Protocol Buffers API
While Riak continues to have a fully featured HTTP API for the sake of backwards compatibility, we do not recommend that you use it to build new client libraries. Instead, we encourage you to design clients to interact with Riak’s Protocol Buffers API, primarily because internal tests at Basho have shown performance gains of 25% or more when using Protocol Buffers.
The drawback behind using Protocol Buffers is that it’s not as widely known as HTTP and has a bit of a learning curve for those who aren’t familiar with it. But the good news is both that the learning curve is worth it and that Google offers official support for C++, Java, and Python support for PBC while many other languages have strong community support.
When you start developing your client library, you’ll need to find a Protocol Buffers message generator in the language of your choice and convert a series of .proto files. Once you’ve generated all the necessary messages, you’ll need to implement a transport layer to interface with Riak. A full list of Riak-specific PBC messages can be found here. The official Python client, for example, has a single RiakPbcTransport class that handles all message building, sending, and receiving, while the official Java client takes a more piecemeal approach to message building (as shown by the FetchOperation class, which handles reads from Riak). Once the transport layer is in place, you can start building higher-level abstractions on top.
Nodes and clusters
Another thing to keep in mind when writing Riak clients is that Riak always functions as a clustered (and hence multi-node) system, and connecting clients need to be set up to interact with all nodes in a cluster on the basis of each node’s host and port.

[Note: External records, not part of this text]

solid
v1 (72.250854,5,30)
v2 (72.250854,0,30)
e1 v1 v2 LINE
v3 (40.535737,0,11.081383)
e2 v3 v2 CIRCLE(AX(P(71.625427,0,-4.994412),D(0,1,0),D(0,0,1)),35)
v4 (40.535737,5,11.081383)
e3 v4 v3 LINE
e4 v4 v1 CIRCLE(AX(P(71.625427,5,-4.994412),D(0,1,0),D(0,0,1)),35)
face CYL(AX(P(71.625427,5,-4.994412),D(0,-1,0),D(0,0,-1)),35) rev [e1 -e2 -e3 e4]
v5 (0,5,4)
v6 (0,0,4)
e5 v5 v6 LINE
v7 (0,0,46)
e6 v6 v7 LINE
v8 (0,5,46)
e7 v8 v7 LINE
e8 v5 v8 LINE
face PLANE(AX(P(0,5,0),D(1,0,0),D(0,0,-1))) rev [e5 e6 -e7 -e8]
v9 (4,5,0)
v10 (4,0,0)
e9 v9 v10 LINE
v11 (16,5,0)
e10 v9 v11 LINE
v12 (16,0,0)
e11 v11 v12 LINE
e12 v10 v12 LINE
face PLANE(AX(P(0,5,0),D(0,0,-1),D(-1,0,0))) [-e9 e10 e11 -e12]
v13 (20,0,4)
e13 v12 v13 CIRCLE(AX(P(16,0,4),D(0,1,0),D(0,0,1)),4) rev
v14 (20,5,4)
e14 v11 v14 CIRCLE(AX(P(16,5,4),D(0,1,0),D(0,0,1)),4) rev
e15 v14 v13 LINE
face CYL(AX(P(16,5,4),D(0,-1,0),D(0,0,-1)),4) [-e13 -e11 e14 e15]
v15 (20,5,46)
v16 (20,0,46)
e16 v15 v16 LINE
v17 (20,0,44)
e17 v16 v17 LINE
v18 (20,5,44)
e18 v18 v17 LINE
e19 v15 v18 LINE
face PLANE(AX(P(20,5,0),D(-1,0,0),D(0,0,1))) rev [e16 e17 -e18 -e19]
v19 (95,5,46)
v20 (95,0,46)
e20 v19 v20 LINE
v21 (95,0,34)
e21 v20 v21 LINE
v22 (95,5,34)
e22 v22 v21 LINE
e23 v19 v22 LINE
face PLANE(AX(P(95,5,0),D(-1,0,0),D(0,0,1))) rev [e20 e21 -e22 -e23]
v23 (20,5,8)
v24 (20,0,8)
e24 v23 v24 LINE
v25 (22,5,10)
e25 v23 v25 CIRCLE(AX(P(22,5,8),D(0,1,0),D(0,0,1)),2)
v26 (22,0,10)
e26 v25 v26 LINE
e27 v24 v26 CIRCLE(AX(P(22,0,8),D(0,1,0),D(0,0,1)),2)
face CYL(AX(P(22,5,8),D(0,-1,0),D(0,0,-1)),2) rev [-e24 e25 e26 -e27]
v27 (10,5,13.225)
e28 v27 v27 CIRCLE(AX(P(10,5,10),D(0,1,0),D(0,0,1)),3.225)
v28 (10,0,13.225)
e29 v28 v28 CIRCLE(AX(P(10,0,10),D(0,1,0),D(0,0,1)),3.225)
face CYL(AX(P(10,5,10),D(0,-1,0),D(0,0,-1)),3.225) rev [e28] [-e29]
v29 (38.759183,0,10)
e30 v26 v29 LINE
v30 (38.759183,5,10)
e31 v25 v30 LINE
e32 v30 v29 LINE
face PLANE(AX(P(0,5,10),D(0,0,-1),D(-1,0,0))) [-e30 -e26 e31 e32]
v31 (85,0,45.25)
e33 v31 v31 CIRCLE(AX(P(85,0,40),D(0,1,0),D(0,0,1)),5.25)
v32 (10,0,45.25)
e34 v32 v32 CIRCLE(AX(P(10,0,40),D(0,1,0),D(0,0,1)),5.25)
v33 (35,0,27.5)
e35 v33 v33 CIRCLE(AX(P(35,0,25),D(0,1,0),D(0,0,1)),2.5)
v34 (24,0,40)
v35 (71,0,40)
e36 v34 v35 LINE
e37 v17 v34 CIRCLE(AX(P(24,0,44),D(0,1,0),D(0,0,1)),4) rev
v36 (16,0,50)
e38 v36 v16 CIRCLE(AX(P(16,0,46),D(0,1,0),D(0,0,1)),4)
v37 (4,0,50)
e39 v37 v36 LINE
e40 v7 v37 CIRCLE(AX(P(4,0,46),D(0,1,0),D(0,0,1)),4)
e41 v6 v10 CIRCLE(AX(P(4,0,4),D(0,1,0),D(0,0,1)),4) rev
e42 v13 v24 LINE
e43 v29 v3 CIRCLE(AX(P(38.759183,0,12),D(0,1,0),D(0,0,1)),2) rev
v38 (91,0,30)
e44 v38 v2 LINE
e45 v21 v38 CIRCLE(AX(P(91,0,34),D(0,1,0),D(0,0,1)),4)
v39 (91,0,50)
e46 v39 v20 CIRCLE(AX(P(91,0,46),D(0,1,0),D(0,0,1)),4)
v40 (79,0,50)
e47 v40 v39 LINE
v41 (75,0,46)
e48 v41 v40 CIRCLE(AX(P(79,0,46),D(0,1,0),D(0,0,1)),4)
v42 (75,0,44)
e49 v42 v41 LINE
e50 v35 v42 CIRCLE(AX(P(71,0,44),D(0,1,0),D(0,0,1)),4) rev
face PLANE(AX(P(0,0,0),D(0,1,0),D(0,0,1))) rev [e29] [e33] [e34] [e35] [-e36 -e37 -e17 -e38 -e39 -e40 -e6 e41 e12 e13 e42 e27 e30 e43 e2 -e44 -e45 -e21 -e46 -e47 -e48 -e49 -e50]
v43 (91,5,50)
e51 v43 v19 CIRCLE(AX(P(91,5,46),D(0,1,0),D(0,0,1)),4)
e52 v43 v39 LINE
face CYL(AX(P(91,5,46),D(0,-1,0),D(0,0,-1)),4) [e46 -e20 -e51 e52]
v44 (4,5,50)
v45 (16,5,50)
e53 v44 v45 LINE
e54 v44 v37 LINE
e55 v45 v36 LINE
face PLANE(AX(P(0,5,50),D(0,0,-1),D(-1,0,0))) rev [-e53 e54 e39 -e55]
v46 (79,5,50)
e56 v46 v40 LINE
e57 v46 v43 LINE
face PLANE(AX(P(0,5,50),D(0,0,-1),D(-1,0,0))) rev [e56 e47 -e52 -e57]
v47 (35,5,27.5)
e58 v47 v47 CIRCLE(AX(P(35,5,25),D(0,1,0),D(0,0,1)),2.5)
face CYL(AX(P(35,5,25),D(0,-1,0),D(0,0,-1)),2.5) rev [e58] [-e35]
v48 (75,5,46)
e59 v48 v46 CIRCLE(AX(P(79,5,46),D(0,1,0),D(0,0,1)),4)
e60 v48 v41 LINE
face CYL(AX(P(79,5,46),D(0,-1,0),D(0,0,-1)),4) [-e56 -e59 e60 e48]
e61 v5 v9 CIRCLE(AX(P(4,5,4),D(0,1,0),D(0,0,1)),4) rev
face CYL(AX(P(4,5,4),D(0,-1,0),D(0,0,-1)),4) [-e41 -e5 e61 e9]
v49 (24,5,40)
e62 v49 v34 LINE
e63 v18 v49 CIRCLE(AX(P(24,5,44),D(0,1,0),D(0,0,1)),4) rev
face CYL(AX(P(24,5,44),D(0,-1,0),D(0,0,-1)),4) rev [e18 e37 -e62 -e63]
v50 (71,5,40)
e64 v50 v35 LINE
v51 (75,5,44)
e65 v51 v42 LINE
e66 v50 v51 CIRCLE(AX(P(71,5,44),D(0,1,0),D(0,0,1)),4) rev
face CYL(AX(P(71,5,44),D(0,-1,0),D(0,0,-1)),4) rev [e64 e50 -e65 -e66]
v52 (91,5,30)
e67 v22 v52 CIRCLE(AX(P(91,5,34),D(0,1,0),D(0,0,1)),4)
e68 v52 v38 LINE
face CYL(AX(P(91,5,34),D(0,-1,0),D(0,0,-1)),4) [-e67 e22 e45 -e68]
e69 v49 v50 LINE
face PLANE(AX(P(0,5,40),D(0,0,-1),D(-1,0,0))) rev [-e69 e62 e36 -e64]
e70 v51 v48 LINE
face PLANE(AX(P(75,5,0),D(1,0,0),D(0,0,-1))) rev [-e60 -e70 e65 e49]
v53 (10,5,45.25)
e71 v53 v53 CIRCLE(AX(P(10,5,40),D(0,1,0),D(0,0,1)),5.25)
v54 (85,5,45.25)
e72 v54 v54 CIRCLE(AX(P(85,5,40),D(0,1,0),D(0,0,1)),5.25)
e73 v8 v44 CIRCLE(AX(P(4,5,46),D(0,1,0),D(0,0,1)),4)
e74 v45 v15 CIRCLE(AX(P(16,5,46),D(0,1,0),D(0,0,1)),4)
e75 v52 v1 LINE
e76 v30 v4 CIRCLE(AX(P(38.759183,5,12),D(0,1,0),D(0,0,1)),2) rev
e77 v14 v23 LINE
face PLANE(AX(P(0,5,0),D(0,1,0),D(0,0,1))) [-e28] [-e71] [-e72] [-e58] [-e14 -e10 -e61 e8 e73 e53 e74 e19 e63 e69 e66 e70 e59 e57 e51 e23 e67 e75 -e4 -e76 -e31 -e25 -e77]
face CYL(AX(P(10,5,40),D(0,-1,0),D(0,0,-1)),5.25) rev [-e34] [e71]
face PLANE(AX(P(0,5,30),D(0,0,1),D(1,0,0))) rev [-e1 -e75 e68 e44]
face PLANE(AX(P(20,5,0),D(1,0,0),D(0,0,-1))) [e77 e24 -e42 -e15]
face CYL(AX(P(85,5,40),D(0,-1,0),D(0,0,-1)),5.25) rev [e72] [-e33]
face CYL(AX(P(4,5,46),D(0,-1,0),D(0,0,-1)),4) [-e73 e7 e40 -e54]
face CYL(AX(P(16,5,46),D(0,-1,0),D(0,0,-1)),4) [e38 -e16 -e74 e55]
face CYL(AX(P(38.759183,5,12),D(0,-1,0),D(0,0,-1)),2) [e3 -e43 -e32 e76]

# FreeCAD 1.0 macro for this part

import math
import FreeCAD as App
import Part
import Sketcher
from FreeCAD import Vector
Q = App.Units.Quantity

doc = App.newDocument("Part")
body = doc.addObject("PartDesign::Body", "Body")

sketch1 = doc.addObject("Sketcher::SketchObject", "Sketch")
body.addObject(sketch1)
sketch1.AttachmentSupport = (doc.XZ_Plane, [""])
sketch1.MapMode = "FlatFace"
sketch1.addGeometry(Part.ArcOfCircle(Part.Circle(Vector(4, 4, 0), Vector(0, 0, 1), 4), math.radians(180), math.radians(270)), False)
sketch1.addGeometry(Part.LineSegment(Vector(0, 4, 0), Vector(0, 46, 0)), False)
sketch1.addGeometry(Part.ArcOfCircle(Part.Circle(Vector(4, 46, 0), Vector(0, 0, 1), 4), math.radians(90), math.radians(180)), False)
sketch1.addGeometry(Part.LineSegment(Vector(4, 50, 0), Vector(16, 50, 0)), False)
sketch1.addGeometry(Part.ArcOfCircle(Part.Circle(Vector(16, 46, 0), Vector(0, 0, 1), 4), math.radians(0), math.radians(90)), False)
sketch1.addGeometry(Part.LineSegment(Vector(20, 46, 0), Vector(20, 44, 0)), False)
sketch1.addGeometry(Part.ArcOfCircle(Part.Circle(Vector(24, 44, 0), Vector(0, 0, 1), 4), math.radians(180), math.radians(270)), False)
sketch1.addGeometry(Part.LineSegment(Vector(24, 40, 0), Vector(71, 40, 0)), False)
sketch1.addGeometry(Part.ArcOfCircle(Part.Circle(Vector(71, 44, 0), Vector(0, 0, 1), 4), math.radians(-90), math.radians(0)), False)
sketch1.addGeometry(Part.LineSegment(Vector(75, 44, 0), Vector(75, 46, 0)), False)
sketch1.addGeometry(Part.ArcOfCircle(Part.Circle(Vector(79, 46, 0), Vector(0, 0, 1), 4), math.radians(90), math.radians(180)), False)
sketch1.addGeometry(Part.LineSegment(Vector(79, 50, 0), Vector(91, 50, 0)), False)
sketch1.addGeometry(Part.ArcOfCircle(Part.Circle(Vector(91, 46, 0), Vector(0, 0, 1), 4), math.radians(0), math.radians(90)), False)
sketch1.addGeometry(Part.LineSegment(Vector(95, 46, 0), Vector(95, 34, 0)), False)
sketch1.addGeometry(Part.ArcOfCircle(Part.Circle(Vector(91, 34, 0), Vector(0, 0, 1), 4), math.radians(-90), math.radians(0)), False)
sketch1.addGeometry(Part.LineSegment(Vector(91, 30, 0), Vector(72.250854, 30, 0)), False)
sketch1.addGeometry(Part.ArcOfCircle(Part.Circle(Vector(71.625427, -4.99441, 0), Vector(0, 0, 1), 34.999998), math.radians(88.976108), math.radians(91.023892)), False)
sketch1.addGeometry(Part.ArcOfCircle(Part.Circle(Vector(71.625427, -4.994412, 0), Vector(0, 0, 1), 35), math.radians(91.023892), math.radians(152.65751)), False)
sketch1.addGeometry(Part.ArcOfCircle(Part.Circle(Vector(38.759183, 12, 0), Vector(0, 0, 1), 2), math.radians(-90), math.radians(-27.34249)), False)
sketch1.addGeometry(Part.LineSegment(Vector(38.759183, 10, 0), Vector(22, 10, 0)), False)
sketch1.addGeometry(Part.ArcOfCircle(Part.Circle(Vector(22, 8, 0), Vector(0, 0, 1), 2), math.radians(90), math.radians(180)), False)
sketch1.addGeometry(Part.LineSegment(Vector(20, 8, 0), Vector(20, 4, 0)), False)
sketch1.addGeometry(Part.ArcOfCircle(Part.Circle(Vector(16, 4, 0), Vector(0, 0, 1), 4), math.radians(-90), math.radians(0)), False)
sketch1.addGeometry(Part.LineSegment(Vector(16, 0, 0), Vector(4, 0, 0)), False)
sketch1.addGeometry(Part.Circle(Vector(10, 40, 0), Vector(0, 0, 1), 5.25), False)
sketch1.addGeometry(Part.Circle(Vector(85, 40, 0), Vector(0, 0, 1), 5.25), False)
sketch1.addGeometry(Part.Circle(Vector(35, 25, 0), Vector(0, 0, 1), 2.5), False)
sketch1.addGeometry(Part.Circle(Vector(10, 10, 0), Vector(0, 0, 1), 3.225), False)
sketch1.addConstraint(Sketcher.Constraint("Tangent", 0, 1, 1, 1))
sketch1.addConstraint(Sketcher.Constraint("Tangent", 1, 2, 2, 2))
sketch1.addConstraint(Sketcher.Constraint("Tangent", 2, 1, 3, 1))
sketch1.addConstraint(Sketcher.Constraint("Tangent", 3, 2, 4, 2))
sketch1.addConstraint(Sketcher.Constraint("Tangent", 4, 1, 5, 1))
sketch1.addConstraint(Sketcher.Constraint("Tangent", 5, 2, 6, 1))
sketch1.addConstraint(Sketcher.Constraint("Tangent", 6, 2, 7, 1))
sketch1.addConstraint(Sketcher.Constraint("Tangent", 7, 2, 8, 1))
sketch1.addConstraint(Sketcher.Constraint("Tangent", 8, 2, 9, 1))
sketch1.addConstraint(Sketcher.Constraint("Tangent", 9, 2, 10, 2))
sketch1.addConstraint(Sketcher.Constraint("Tangent", 10, 1, 11, 1))
sketch1.addConstraint(Sketcher.Constraint("Tangent", 11, 2, 12, 2))
sketch1.addConstraint(Sketcher.Constraint("Tangent", 12, 1, 13, 1))
sketch1.addConstraint(Sketcher.Constraint("Tangent", 13, 2, 14, 2))
sketch1.addConstraint(Sketcher.Constraint("Tangent", 14, 1, 15, 1))
sketch1.addConstraint(Sketcher.Constraint("Coincident", 15, 2, 16, 1))
sketch1.addConstraint(Sketcher.Constraint("Tangent", 16, 2, 17, 1))
sketch1.addConstraint(Sketcher.Constraint("Tangent", 17, 2, 18, 2))
sketch1.addConstraint(Sketcher.Constraint("Tangent", 18, 1, 19, 1))
sketch1.addConstraint(Sketcher.Constraint("Tangent", 19, 2, 20, 1))
sketch1.addConstraint(Sketcher.Constraint("Tangent", 20, 2, 21, 1))
sketch1.addConstraint(Sketcher.Constraint("Tangent", 21, 2, 22, 2))
sketch1.addConstraint(Sketcher.Constraint("Tangent", 22, 1, 23, 1))
sketch1.addConstraint(Sketcher.Constraint("Tangent", 23, 2, 0, 2))
sketch1.addConstraint(Sketcher.Constraint("Vertical", 1))
sketch1.addConstraint(Sketcher.Constraint("Horizontal", 3))
sketch1.addConstraint(Sketcher.Constraint("Vertical", 5))
sketch1.addConstraint(Sketcher.Constraint("Horizontal", 7))
sketch1.addConstraint(Sketcher.Constraint("Vertical", 9))
sketch1.addConstraint(Sketcher.Constraint("Horizontal", 11))
sketch1.addConstraint(Sketcher.Constraint("Vertical", 13))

While it’s certainly possible to build clients that are intended to interact only with a single node, this means that your client’s users will need to create their own cluster interaction logic. Life will be far easier for your client’s users if your client is able to do things like this:
- periodically ping nodes to make sure they’re still online
- recognize when nodes are no longer responding and stop sending requests to those nodes
- provide a load-balancing scheme (or multiple possible schemes) to spread interactions across nodes
In general, you should think of the cluster interaction level as a kind of stateful registry of healthy nodes. In some systems, it might also be necessary to have configurable parameters for connections to Riak, e.g. minimum and/or maximum concurrent connections.
Prior to 2.0, the location of objects in Riak was determined by bucket and key. In version 2.0, bucket types were introduced as a third namespacing layer in addition to buckets and keys. Connecting clients now need to either specify a bucket type or use the default type for all K/V operations. Although creating, listing, modifying, and activating bucket types can be accomplished only via the command line, your client should provide an interface for seeing which bucket properties are associated with a bucket type.
One of the changes to be aware of when building clients is that Riak has changed its querying structure to accommodate bucket types. When performing K/V operations, you now need to specify a bucket type in addition to a bucket and a key. This means that the structure of all K/V operations needs to be modified to allow for this. We’d also recommend enabling users to perform K/V operations without specifying a bucket type, in which case the default type is used. In the official Python client, for example, the following two reads are equivalent:
Dealing with objects and content types
One of the tricky things about dealing with objects in Riak is that objects can be of any data type you choose (Riak Data Types are a different matter, and covered in the section below). You can store JSON, XML, raw binaries, strings, mp3s and MPEGs (though you should probably consider Riak CS for larger files like that), and so on. While this makes Riak an extremely flexible database, it means that clients need to be able to work with a wide variety of content types.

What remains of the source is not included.